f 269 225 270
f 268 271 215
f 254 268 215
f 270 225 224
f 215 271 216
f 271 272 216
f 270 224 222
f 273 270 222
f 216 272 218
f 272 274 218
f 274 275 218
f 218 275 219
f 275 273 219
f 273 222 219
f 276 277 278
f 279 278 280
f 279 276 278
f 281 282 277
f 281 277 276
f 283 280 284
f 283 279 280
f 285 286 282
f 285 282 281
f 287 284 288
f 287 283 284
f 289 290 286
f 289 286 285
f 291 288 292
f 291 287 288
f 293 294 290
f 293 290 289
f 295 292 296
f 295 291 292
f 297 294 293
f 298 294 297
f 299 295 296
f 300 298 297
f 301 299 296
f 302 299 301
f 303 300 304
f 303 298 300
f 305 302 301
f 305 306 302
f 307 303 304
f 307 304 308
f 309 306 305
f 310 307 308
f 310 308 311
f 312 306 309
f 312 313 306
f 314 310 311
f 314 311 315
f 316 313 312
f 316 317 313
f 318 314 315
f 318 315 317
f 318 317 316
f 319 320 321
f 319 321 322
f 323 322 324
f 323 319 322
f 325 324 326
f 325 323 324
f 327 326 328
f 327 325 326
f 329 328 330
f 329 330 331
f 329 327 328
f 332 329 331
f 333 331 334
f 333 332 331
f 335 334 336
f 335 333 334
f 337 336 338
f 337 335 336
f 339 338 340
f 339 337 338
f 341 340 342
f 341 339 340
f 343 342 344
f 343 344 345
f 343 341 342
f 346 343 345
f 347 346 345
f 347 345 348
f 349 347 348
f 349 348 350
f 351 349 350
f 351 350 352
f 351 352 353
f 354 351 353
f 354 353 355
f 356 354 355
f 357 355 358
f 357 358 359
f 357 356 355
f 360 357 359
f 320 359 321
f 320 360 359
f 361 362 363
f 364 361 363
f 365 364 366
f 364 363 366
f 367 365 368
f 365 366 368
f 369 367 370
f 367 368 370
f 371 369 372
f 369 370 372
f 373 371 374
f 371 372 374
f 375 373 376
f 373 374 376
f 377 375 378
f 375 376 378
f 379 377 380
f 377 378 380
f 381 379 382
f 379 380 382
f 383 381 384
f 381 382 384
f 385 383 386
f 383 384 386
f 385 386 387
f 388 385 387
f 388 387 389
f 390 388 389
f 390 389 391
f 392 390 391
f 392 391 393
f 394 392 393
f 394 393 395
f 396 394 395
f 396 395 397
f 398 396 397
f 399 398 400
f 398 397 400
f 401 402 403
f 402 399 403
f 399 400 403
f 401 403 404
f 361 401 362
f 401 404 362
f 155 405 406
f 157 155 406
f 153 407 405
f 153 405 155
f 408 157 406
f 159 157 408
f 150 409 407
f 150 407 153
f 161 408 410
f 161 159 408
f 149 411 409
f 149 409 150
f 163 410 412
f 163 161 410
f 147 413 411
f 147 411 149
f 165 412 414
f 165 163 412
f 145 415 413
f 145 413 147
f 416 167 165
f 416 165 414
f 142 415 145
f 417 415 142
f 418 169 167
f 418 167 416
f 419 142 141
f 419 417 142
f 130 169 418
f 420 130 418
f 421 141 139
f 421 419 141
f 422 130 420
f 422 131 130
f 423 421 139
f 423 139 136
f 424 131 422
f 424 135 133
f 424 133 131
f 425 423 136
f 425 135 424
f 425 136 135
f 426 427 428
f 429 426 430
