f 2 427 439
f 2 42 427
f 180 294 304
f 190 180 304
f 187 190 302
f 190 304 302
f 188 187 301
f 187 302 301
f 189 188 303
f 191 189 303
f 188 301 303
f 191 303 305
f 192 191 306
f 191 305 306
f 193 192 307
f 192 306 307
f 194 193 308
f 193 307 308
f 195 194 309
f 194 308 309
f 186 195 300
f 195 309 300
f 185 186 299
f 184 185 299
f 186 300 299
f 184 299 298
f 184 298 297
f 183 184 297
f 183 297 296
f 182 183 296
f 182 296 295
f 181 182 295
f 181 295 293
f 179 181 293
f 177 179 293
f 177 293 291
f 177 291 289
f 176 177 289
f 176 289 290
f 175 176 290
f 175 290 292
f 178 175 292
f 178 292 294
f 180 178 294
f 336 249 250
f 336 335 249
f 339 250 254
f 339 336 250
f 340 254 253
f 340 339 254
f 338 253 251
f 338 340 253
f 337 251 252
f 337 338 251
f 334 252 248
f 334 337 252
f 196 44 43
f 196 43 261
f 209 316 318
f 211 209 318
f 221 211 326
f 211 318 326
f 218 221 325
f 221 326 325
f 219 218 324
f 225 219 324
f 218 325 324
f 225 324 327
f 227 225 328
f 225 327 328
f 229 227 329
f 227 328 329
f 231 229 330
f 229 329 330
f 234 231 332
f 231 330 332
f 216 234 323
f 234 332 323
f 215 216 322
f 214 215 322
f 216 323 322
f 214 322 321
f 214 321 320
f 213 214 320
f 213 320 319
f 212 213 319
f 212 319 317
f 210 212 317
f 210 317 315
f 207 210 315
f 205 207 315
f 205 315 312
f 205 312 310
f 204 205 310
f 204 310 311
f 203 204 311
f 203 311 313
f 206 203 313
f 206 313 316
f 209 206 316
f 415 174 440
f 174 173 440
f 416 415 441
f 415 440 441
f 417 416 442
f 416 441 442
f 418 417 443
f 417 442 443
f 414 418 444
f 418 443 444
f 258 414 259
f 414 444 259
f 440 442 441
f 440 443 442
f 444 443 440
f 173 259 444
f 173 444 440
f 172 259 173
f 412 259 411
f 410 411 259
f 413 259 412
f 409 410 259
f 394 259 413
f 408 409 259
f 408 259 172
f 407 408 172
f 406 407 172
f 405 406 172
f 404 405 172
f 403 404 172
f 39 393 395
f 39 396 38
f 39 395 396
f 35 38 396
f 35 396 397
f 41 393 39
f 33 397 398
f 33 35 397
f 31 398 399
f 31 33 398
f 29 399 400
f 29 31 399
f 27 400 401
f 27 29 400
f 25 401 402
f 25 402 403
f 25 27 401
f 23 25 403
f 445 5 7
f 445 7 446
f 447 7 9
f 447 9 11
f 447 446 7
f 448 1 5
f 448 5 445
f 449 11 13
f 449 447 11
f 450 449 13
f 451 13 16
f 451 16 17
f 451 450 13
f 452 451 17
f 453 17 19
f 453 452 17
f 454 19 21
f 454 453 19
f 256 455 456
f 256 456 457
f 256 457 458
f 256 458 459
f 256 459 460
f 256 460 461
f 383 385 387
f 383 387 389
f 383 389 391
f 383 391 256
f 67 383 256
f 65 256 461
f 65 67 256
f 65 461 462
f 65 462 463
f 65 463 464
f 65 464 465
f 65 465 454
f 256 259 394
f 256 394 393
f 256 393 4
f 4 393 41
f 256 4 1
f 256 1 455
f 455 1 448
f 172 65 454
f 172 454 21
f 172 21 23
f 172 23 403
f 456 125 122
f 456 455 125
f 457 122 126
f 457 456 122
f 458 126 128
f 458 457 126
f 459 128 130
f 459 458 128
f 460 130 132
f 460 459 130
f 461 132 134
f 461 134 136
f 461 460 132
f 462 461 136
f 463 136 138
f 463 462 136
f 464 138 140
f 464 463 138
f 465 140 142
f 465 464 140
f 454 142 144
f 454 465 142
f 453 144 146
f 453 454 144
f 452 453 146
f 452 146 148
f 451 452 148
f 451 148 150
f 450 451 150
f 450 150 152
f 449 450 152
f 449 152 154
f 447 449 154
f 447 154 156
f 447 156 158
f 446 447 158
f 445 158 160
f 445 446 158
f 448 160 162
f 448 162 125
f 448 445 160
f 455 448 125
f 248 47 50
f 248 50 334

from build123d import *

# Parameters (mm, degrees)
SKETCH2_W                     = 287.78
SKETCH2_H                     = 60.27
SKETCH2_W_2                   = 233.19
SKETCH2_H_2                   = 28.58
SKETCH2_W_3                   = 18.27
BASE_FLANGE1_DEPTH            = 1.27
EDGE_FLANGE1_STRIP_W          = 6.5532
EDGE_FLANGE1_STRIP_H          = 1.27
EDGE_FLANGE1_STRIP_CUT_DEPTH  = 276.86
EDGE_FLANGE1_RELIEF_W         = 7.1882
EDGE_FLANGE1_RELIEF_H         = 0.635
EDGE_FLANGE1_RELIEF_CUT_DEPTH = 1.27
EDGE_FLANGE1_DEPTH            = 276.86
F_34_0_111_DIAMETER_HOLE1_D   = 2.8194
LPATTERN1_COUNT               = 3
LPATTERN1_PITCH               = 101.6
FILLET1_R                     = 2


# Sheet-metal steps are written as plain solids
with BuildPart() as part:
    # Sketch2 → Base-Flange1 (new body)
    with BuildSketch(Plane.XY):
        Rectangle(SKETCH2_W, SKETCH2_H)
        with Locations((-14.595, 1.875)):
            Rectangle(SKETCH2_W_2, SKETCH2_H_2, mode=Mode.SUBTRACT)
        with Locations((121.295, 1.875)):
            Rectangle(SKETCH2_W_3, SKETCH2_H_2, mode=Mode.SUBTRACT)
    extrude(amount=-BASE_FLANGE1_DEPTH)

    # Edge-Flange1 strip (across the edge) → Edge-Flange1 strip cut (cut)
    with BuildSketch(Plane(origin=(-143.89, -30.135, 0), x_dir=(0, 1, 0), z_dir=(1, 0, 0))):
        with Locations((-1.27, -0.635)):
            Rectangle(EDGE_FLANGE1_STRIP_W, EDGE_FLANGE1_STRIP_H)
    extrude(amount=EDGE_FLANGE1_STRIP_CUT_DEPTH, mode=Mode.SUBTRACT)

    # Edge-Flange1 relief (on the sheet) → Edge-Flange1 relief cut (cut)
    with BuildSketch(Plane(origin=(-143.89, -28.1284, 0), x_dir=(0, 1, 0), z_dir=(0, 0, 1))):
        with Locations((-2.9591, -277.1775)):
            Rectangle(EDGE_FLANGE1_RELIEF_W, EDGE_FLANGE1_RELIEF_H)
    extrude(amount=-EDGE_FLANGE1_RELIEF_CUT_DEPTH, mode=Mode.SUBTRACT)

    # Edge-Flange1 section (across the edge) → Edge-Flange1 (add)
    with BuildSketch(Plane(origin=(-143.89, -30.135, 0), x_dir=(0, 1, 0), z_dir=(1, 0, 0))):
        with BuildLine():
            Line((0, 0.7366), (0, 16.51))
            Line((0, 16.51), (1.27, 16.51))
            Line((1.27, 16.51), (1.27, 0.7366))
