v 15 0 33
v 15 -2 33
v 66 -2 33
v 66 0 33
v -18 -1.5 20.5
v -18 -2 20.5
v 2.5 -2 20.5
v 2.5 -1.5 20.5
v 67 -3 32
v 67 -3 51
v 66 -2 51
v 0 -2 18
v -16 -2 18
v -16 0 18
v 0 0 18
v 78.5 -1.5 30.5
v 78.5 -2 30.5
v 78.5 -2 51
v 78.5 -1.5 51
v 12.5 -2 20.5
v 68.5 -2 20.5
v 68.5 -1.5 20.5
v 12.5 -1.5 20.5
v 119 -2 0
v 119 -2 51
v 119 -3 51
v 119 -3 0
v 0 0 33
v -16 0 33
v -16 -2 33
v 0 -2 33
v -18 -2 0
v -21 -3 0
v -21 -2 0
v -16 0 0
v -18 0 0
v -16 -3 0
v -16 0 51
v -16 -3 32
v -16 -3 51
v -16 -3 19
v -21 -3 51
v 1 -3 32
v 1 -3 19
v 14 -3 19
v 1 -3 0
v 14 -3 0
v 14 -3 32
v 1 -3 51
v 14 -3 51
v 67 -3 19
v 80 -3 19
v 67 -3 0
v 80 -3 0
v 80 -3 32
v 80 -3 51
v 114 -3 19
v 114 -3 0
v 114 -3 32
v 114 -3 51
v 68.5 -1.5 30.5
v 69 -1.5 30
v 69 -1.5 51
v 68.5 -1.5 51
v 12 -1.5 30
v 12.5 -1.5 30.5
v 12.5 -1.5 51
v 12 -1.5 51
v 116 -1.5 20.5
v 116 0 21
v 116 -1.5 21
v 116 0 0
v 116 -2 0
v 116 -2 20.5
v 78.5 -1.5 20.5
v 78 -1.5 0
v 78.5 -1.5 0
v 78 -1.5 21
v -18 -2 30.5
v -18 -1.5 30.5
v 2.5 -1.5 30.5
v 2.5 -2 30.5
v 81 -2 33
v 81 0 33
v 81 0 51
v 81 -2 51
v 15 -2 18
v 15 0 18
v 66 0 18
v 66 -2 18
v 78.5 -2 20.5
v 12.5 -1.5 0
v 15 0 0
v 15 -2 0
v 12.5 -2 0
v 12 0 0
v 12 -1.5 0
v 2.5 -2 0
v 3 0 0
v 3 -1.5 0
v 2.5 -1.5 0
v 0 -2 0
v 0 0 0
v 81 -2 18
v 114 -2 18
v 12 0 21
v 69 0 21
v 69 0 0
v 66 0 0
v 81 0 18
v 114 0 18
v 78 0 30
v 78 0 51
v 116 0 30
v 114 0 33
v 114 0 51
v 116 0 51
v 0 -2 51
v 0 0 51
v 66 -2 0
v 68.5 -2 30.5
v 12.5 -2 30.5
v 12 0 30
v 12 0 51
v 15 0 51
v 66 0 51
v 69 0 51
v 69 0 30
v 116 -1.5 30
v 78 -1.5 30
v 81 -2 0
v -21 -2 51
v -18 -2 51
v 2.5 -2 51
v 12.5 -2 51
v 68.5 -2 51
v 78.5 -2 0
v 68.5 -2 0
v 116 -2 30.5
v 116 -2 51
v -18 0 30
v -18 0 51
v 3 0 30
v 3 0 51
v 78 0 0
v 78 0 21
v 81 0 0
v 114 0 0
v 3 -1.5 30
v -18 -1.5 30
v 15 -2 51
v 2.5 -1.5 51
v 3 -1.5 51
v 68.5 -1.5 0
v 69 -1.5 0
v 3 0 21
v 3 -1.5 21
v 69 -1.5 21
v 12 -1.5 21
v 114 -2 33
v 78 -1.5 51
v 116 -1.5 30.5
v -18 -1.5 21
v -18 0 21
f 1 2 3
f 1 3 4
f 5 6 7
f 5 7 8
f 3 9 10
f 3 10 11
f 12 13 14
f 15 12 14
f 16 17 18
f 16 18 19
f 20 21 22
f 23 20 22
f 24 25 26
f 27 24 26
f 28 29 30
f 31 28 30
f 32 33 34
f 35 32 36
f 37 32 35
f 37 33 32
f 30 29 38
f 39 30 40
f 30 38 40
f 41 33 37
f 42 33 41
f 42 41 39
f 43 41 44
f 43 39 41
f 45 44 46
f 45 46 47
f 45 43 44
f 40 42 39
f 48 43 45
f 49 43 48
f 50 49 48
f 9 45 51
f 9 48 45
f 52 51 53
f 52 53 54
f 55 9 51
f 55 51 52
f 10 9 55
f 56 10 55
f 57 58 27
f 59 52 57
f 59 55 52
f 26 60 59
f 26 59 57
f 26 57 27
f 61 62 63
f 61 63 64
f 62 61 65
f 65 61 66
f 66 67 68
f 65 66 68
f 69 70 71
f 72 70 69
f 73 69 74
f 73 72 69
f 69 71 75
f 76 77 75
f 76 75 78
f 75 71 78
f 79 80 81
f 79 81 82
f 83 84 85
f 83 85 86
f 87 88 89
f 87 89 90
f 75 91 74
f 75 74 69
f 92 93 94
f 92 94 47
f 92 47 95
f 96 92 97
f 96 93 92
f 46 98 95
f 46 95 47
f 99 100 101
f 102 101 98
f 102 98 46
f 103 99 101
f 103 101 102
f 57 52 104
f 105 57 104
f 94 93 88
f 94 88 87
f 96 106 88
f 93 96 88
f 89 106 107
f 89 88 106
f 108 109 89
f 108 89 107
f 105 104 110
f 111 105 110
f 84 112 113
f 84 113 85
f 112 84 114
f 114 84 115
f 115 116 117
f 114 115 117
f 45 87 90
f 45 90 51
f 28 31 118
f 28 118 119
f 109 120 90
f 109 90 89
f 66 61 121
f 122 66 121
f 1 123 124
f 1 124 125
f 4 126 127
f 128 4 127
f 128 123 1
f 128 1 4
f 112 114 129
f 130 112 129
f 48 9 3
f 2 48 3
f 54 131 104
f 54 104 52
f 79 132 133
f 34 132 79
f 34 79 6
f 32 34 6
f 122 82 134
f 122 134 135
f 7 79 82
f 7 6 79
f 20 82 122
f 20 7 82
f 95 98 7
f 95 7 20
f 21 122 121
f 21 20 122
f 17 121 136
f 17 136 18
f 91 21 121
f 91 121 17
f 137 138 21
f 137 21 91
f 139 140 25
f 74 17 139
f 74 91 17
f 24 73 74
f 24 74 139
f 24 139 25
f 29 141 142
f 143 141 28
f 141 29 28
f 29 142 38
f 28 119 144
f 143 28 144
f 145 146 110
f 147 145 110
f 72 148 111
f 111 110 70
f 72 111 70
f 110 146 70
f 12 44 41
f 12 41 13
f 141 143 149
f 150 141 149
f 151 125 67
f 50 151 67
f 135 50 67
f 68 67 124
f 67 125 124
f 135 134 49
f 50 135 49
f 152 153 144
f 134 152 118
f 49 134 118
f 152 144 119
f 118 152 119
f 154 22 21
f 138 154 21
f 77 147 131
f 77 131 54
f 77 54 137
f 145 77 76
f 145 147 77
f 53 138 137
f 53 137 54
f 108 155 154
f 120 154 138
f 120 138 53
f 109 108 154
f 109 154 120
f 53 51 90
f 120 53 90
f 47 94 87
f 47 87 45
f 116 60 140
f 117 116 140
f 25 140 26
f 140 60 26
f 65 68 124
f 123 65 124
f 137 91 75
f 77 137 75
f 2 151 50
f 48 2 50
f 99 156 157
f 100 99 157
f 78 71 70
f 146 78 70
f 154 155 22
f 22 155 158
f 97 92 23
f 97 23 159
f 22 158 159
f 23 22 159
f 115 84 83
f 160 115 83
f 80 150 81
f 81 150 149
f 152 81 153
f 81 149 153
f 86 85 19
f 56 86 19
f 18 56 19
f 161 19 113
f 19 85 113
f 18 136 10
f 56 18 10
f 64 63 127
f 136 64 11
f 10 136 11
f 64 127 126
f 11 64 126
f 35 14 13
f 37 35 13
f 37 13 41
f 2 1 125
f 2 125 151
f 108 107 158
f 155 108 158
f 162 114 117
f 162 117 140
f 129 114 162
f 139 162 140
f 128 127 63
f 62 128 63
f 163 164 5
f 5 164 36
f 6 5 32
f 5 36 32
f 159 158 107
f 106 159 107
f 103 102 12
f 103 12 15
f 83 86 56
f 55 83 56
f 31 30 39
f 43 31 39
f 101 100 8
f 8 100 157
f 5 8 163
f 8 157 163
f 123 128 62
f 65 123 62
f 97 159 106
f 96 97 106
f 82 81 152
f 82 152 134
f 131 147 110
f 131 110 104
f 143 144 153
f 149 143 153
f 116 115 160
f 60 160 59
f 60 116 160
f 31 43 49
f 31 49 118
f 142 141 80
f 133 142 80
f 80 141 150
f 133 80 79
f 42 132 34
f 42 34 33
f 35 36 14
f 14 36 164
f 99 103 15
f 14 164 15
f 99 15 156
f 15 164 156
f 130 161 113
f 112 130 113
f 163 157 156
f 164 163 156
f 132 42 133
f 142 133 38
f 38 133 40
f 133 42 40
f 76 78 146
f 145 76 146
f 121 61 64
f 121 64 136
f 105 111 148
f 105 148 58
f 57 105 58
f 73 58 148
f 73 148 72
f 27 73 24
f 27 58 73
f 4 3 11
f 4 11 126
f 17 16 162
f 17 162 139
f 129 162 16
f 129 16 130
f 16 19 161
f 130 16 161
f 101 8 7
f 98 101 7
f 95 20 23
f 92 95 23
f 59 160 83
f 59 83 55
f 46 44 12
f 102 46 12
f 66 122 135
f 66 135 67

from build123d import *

# Parameters (mm, degrees)
PAD_DEPTH       = 51
PAD001_DEPTH    = 53
PAD002_DEPTH    = 51
POCKET_DEPTH    = 51
POCKET001_DEPTH = 51
PAD003_DEPTH    = 39
PAD004_DEPTH    = 22
SKETCH009_W     = 5
SKETCH009_H     = 3
PAD005_DEPTH    = 51
SKETCH010_W     = 3
SKETCH010_H     = 2
POCKET002_DEPTH = 51
SKETCH011_W     = 5
SKETCH011_H     = 3
PAD006_DEPTH    = 51
SKETCH012_W     = 3
SKETCH012_H     = 2
POCKET003_DEPTH = 51
POCKET004_DEPTH = 140


with BuildPart() as part:
    # Sketch → Pad (new body)
    with BuildSketch(Plane.XY):
        Polygon((1, -3), (0, -2), (0, 0), (15, 0), (15, -2), (14, -3), align=None)
    extrude(amount=PAD_DEPTH)

    # Sketch001 (on Face4 of Pad) → Pad001 (join)
    with BuildSketch(Plane.YZ.offset(14)):
        Polygon((0, 33), (0, 18), (-2, 18), (-3, 19), (-3, 32), (-2, 33), align=None)
    extrude(amount=PAD001_DEPTH)

    # Sketch002 (on Face17 of Pad001) → Pad002 (join)
    with BuildSketch(Plane.XY):
        Polygon((66, 0), (81, 0), (81, -2), (80, -3), (67, -3), (66, -2), align=None)
    extrude(amount=PAD002_DEPTH)

    # Sketch003 (on Face5 of Pad002) → Pocket (cut)
    with BuildSketch(Plane.XY.offset(51)):
        Polygon((3, 0), (3, -1.5), (2.5, -1.5), (2.5, -2), (12.5, -2), (12.5, -1.5), (12, -1.5), (12, 0), align=None)
    extrude(amount=-POCKET_DEPTH, mode=Mode.SUBTRACT)

    # Sketch004 (on Face30 of Pocket) → Pocket001 (cut)
    with BuildSketch(Plane.XY.offset(51)):
        Polygon((78, 0), (69, 0), (69, -1.5), (68.5, -1.5), (68.5, -2), (78.5, -2), (78.5, -1.5), (78, -1.5), align=None)
    extrude(amount=-POCKET001_DEPTH, mode=Mode.SUBTRACT)

    # Sketch006 → Pad003 (join)
    with BuildSketch(Plane.YZ.offset(80)):
        Polygon((0, 33), (-2, 33), (-3, 32), (-3, 19), (-2, 18), (0, 18), align=None)
    extrude(amount=PAD003_DEPTH)

    # Sketch007 (on Face3 of Pad003) → Pad004 (join)
    with BuildSketch(Plane(origin=(1, 0, 0), x_dir=(0, -1, 0), z_dir=(-1, 0, 0))):
        Polygon((0, 33), (2, 33), (3, 32), (3, 19), (2, 18), (0, 18), align=None)
    extrude(amount=PAD004_DEPTH)

    # Sketch009 (on Face61 of Pad004) → Pad005 (join)
    with BuildSketch(Plane(origin=(0, 0, 51), x_dir=(1, 0, 0), z_dir=(0, 0, -1))):
        with Locations((116.5, 1.5)):
            Rectangle(SKETCH009_W, SKETCH009_H)
    extrude(amount=PAD005_DEPTH)

    # Sketch010 (on Face70 of Pad005) → Pocket002 (cut)
    with BuildSketch(Plane(origin=(0, 0, 0), x_dir=(1, 0, 0), z_dir=(0, 0, -1))):
        with Locations((117.5, 1)):
            Rectangle(SKETCH010_W, SKETCH010_H)
    extrude(amount=-POCKET002_DEPTH, mode=Mode.SUBTRACT)

    # Sketch011 (on Face17 of Pocket002) → Pad006 (join)
    with BuildSketch(Plane(origin=(0, 0, 51), x_dir=(1, 0, 0), z_dir=(0, 0, -1))):
        with Locations((-18.5, 1.5)):
            Rectangle(SKETCH011_W, SKETCH011_H)
    extrude(amount=PAD006_DEPTH)

    # Sketch012 (on Face32 of Pad006) → Pocket003 (cut)
    with BuildSketch(Plane(origin=(0, 0, 0), x_dir=(1, 0, 0), z_dir=(0, 0, -1))):
        with Locations((-19.5, 1)):
            Rectangle(SKETCH012_W, SKETCH012_H)
    extrude(amount=-POCKET003_DEPTH, mode=Mode.SUBTRACT)

    # Sketch008 (on Face51 of Pad004) → Pocket004 (cut)
    with BuildSketch(Plane.YZ.offset(119)):
        Polygon((0, 30), (-1.5, 30), (-1.5, 30.5), (-2, 30.5), (-2, 20.5), (-1.5, 20.5), (-1.5, 21), (0, 21), align=None)
    extrude(amount=-POCKET004_DEPTH, mode=Mode.SUBTRACT)


solid = part.part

# # #

- [Exercise brief]: Produce a word-for-word copy of everything above from the line holding "f 338 253 251" down to the line holding "f 205 207 315", with both of those lines kept.

- [Written answer]:
f 338 253 251
f 338 340 253
f 337 251 252
f 337 338 251
f 334 252 248
f 334 337 252
f 196 44 43
f 196 43 261
f 209 316 318
f 211 209 318
f 221 211 326
f 211 318 326
f 218 221 325
f 221 326 325
f 219 218 324
f 225 219 324
f 218 325 324
f 225 324 327
f 227 225 328
f 225 327 328
f 229 227 329
f 227 328 329
f 231 229 330
f 229 329 330
f 234 231 332
f 231 330 332
f 216 234 323
f 234 332 323
f 215 216 322
f 214 215 322
f 216 323 322
f 214 322 321
f 214 321 320
f 213 214 320
f 213 320 319
f 212 213 319
f 212 319 317
f 210 212 317
f 210 317 315
f 207 210 315
f 205 207 315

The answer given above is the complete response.